As you can see from the images, the dish is amazingly creamy, thanks simply to the oats and a little tahini. And the combination of miso, tahini, and nooch is really an unbeatable vegan flavor trifecta.
The nice thing about this dish, of course, is that you can eat it at anytime of day, and it’s a complete, nutritionally dense meal. It boasts nearly 14 grams of protein, all sourced from easy, protein-rich plant food combinations. So, whether you’re enjoying this for breakfast, lunch, or dinner, it’s a reliable means of getting quick nourishment. The leftovers keep nicely, which makes it a great batch cooking staple.
Naturally, you can mix up the veggies based on what’s in season. And feel free to use frozen spinach or kale to make it even more of a pantry meal. I love the shallot here, but you can skip it if you don’t have it, or use garlic in its place. I’ve experimented with topping this bowl with avocado slices and chickpeas, and both were great.
But honestly? It’s pretty perfect and complete the way it is.

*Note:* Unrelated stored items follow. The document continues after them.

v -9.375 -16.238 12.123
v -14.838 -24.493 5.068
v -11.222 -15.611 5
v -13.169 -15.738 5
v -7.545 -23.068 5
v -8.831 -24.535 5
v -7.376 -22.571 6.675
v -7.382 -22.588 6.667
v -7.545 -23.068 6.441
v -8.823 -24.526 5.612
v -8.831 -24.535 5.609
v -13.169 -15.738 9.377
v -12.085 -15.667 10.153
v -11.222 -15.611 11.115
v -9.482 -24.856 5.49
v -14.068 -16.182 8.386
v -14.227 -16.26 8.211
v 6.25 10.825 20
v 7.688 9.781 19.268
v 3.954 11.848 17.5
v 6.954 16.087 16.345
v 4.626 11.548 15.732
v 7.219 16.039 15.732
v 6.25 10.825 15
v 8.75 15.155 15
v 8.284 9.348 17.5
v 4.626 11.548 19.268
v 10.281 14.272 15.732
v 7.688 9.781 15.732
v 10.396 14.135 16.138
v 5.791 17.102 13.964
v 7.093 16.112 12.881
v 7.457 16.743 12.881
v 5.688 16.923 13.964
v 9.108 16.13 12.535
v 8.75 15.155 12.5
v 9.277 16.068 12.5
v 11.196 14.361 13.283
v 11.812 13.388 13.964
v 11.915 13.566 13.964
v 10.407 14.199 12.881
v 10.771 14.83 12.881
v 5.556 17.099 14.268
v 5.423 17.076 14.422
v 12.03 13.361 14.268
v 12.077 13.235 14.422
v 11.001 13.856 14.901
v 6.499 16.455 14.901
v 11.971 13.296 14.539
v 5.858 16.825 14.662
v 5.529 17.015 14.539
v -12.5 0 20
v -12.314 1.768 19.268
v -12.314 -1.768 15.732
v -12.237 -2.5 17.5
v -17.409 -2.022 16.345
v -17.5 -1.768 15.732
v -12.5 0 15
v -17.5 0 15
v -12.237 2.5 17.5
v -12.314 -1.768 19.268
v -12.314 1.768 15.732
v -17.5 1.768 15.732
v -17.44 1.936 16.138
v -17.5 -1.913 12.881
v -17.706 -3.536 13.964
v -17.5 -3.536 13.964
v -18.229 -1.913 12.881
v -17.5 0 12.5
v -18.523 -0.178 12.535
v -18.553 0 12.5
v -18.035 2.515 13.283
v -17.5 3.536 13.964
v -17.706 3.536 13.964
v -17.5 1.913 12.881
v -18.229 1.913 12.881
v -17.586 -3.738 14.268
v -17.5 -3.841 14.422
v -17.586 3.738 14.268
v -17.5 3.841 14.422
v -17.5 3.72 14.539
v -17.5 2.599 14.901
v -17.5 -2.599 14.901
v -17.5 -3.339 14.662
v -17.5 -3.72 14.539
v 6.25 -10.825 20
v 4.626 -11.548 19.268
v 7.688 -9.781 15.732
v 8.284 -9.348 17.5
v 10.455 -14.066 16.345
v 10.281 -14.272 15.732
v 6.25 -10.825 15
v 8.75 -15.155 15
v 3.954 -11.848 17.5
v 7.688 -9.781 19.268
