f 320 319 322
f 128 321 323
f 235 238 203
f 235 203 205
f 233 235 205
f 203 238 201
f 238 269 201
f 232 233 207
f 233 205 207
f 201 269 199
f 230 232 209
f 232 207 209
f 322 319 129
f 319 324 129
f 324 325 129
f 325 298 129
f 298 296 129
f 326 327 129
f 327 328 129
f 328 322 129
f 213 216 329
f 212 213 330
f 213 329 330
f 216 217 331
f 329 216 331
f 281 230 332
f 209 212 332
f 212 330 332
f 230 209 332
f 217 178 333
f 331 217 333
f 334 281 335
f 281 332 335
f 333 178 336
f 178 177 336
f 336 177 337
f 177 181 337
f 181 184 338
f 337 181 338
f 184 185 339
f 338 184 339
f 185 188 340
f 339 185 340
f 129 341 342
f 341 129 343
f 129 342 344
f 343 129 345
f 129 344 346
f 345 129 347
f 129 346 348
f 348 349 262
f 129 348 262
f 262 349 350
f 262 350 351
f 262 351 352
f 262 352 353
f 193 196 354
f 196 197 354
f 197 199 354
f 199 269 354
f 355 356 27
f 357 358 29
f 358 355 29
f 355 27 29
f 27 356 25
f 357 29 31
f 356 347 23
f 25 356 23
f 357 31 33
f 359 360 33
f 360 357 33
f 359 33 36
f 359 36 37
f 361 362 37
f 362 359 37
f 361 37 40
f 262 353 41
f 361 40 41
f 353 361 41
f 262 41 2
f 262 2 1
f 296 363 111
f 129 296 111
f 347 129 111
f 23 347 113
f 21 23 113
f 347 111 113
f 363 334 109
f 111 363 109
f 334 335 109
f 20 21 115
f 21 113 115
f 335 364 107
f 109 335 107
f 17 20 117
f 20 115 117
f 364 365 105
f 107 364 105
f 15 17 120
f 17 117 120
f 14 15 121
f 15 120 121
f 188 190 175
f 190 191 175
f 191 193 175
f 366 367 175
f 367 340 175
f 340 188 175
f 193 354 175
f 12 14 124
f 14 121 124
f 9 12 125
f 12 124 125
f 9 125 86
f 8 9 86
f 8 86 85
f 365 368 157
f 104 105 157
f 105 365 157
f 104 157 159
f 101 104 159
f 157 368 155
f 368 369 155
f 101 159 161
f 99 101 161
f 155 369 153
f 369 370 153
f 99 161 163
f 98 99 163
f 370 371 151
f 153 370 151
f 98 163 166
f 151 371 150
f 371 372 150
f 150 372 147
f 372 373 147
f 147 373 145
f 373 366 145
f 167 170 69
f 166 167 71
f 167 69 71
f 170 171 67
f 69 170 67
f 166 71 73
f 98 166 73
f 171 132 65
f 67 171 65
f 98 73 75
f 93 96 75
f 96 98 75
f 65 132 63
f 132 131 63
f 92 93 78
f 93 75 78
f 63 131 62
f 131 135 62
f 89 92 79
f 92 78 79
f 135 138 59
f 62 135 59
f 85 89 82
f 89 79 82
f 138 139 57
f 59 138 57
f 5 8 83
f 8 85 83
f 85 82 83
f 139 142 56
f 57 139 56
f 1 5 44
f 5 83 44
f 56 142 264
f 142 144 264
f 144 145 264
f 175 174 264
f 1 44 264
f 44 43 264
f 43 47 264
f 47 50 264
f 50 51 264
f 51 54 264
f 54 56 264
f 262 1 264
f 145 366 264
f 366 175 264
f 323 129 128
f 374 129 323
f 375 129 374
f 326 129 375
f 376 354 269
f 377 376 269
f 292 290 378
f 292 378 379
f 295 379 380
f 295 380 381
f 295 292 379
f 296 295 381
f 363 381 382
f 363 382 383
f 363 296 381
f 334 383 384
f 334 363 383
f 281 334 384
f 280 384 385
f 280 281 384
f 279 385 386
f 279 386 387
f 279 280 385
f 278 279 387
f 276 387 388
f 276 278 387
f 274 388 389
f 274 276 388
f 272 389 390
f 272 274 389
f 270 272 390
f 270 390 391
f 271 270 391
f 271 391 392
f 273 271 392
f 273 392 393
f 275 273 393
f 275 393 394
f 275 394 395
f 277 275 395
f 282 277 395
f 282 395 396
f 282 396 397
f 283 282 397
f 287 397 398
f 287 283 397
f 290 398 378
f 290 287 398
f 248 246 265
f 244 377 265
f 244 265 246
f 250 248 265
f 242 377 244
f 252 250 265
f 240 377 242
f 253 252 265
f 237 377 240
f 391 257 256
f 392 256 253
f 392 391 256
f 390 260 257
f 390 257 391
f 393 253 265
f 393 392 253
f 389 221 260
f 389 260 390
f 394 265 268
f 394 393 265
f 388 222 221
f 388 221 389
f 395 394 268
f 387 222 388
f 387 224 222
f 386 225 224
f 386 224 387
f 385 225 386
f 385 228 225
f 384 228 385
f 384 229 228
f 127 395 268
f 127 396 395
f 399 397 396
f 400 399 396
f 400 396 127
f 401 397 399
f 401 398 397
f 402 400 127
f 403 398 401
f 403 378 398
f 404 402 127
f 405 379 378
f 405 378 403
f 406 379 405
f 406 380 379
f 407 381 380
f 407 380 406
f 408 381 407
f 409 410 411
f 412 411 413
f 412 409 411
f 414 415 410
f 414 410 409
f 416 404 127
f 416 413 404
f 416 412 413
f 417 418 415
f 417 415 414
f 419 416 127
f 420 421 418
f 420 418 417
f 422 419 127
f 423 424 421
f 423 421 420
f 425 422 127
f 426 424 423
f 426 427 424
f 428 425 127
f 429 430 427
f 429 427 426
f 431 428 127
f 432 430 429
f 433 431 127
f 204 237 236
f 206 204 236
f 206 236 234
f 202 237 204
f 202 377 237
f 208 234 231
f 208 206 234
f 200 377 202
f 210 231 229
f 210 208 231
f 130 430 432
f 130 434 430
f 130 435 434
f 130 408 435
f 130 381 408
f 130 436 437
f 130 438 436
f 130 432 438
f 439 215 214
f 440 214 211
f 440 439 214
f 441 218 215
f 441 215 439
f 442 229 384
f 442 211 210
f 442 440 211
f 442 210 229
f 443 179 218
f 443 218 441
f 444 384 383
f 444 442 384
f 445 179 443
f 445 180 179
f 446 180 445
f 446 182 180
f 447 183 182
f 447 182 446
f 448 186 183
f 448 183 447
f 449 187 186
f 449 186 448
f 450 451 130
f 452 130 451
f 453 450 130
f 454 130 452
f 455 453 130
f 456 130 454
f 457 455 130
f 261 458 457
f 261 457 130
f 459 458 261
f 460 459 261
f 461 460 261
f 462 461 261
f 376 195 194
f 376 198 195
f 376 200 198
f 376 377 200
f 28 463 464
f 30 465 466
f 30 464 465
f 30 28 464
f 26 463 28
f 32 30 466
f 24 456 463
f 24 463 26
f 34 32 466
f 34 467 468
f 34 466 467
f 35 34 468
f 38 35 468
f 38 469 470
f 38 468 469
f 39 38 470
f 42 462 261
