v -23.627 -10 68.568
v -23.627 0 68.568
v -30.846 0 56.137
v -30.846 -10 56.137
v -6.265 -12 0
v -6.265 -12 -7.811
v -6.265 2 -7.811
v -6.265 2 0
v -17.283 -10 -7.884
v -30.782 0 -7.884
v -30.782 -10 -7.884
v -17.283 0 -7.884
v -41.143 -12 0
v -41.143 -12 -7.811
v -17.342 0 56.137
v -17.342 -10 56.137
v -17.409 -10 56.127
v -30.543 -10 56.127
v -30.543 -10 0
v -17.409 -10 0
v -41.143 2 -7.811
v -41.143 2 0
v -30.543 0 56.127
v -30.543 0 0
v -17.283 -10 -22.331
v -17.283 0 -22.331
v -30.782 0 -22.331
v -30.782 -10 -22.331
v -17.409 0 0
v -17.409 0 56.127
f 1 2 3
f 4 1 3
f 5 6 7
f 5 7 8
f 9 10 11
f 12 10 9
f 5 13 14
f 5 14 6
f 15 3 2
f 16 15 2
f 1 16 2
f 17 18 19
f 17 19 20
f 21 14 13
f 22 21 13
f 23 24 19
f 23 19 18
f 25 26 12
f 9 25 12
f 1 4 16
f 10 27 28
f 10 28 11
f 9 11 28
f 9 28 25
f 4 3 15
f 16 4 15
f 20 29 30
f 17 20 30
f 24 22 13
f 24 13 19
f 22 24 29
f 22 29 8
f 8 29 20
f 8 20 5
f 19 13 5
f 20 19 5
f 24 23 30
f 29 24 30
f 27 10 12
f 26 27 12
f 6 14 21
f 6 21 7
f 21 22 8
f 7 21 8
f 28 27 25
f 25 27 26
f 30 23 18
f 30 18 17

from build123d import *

# Parameters (mm, degrees)
F3_DEPTH = 10
F2_W     = 13.4988240898
F2_H     = 14.4473891705
F1_W     = 34.8780401982
F1_H     = 7.810738869
F4_DEPTH = 12
F5_DEPTH = 2
F6_W     = 13.1339915097
F6_H     = 56.1272315681
F7_DEPTH = 10


# Not quite as in the source:
# - a feature names something its author has since deleted; it is built from what else it names


with BuildPart() as f3:
    # F0 (on Front) → F3 (new body)
    with BuildSketch(Plane.XZ):
        Polygon((-23.6272681504, 68.5679614544), (-30.8464840055, 56.137226522), (-17.3418466002, 56.137226522), align=None)
    extrude(amount=F3_DEPTH)


with BuildPart() as f3b:
    # F2 (on Front) → F3, piece 2 (new body)
    with BuildSketch(Plane.XZ):
        with Locations((-24.0321997553, -15.107399784)):
            Rectangle(F2_W, F2_H)
    extrude(amount=F3_DEPTH)


with BuildPart() as f4:
    # F1 (on Front) → F4 (new body)
    with BuildSketch(Plane.XZ):
        with Locations((-23.7038496416, -3.9053694345)):
            Rectangle(F1_W, F1_H)
    extrude(amount=F4_DEPTH)

    # F5 (add): a face of the model
    f5_faces = [f4.faces().sort_by_distance(p)[0] for p in [
        (-23.7038496416, 0, -3.9053694345),
    ]]
    extrude(f5_faces, amount=F5_DEPTH)

    # F6 (on Front) → F7 (join)
    with BuildSketch(Plane.XZ):
        with Locations((-23.975726217, 28.063615784)):
            Rectangle(F6_W, F6_H)
    extrude(amount=F7_DEPTH)


solid = Compound([f3.part, f3b.part, f4.part])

It hope the recipe–or at least the idea–kinda sorta changes your life too, especially during those busy weeks when you need something reliable, fast, and sustaining.
As you can see, this post is standing in for the usual Menu Plan Monday post. Because I’m traveling through tomorrow and cooking with a client on Friday night, my guess is that I’ll simply be living off of the freezer for the next couple evenings. I look forward to sharing another weekly menu plan next Monday. In the meantime, have a great start to the week!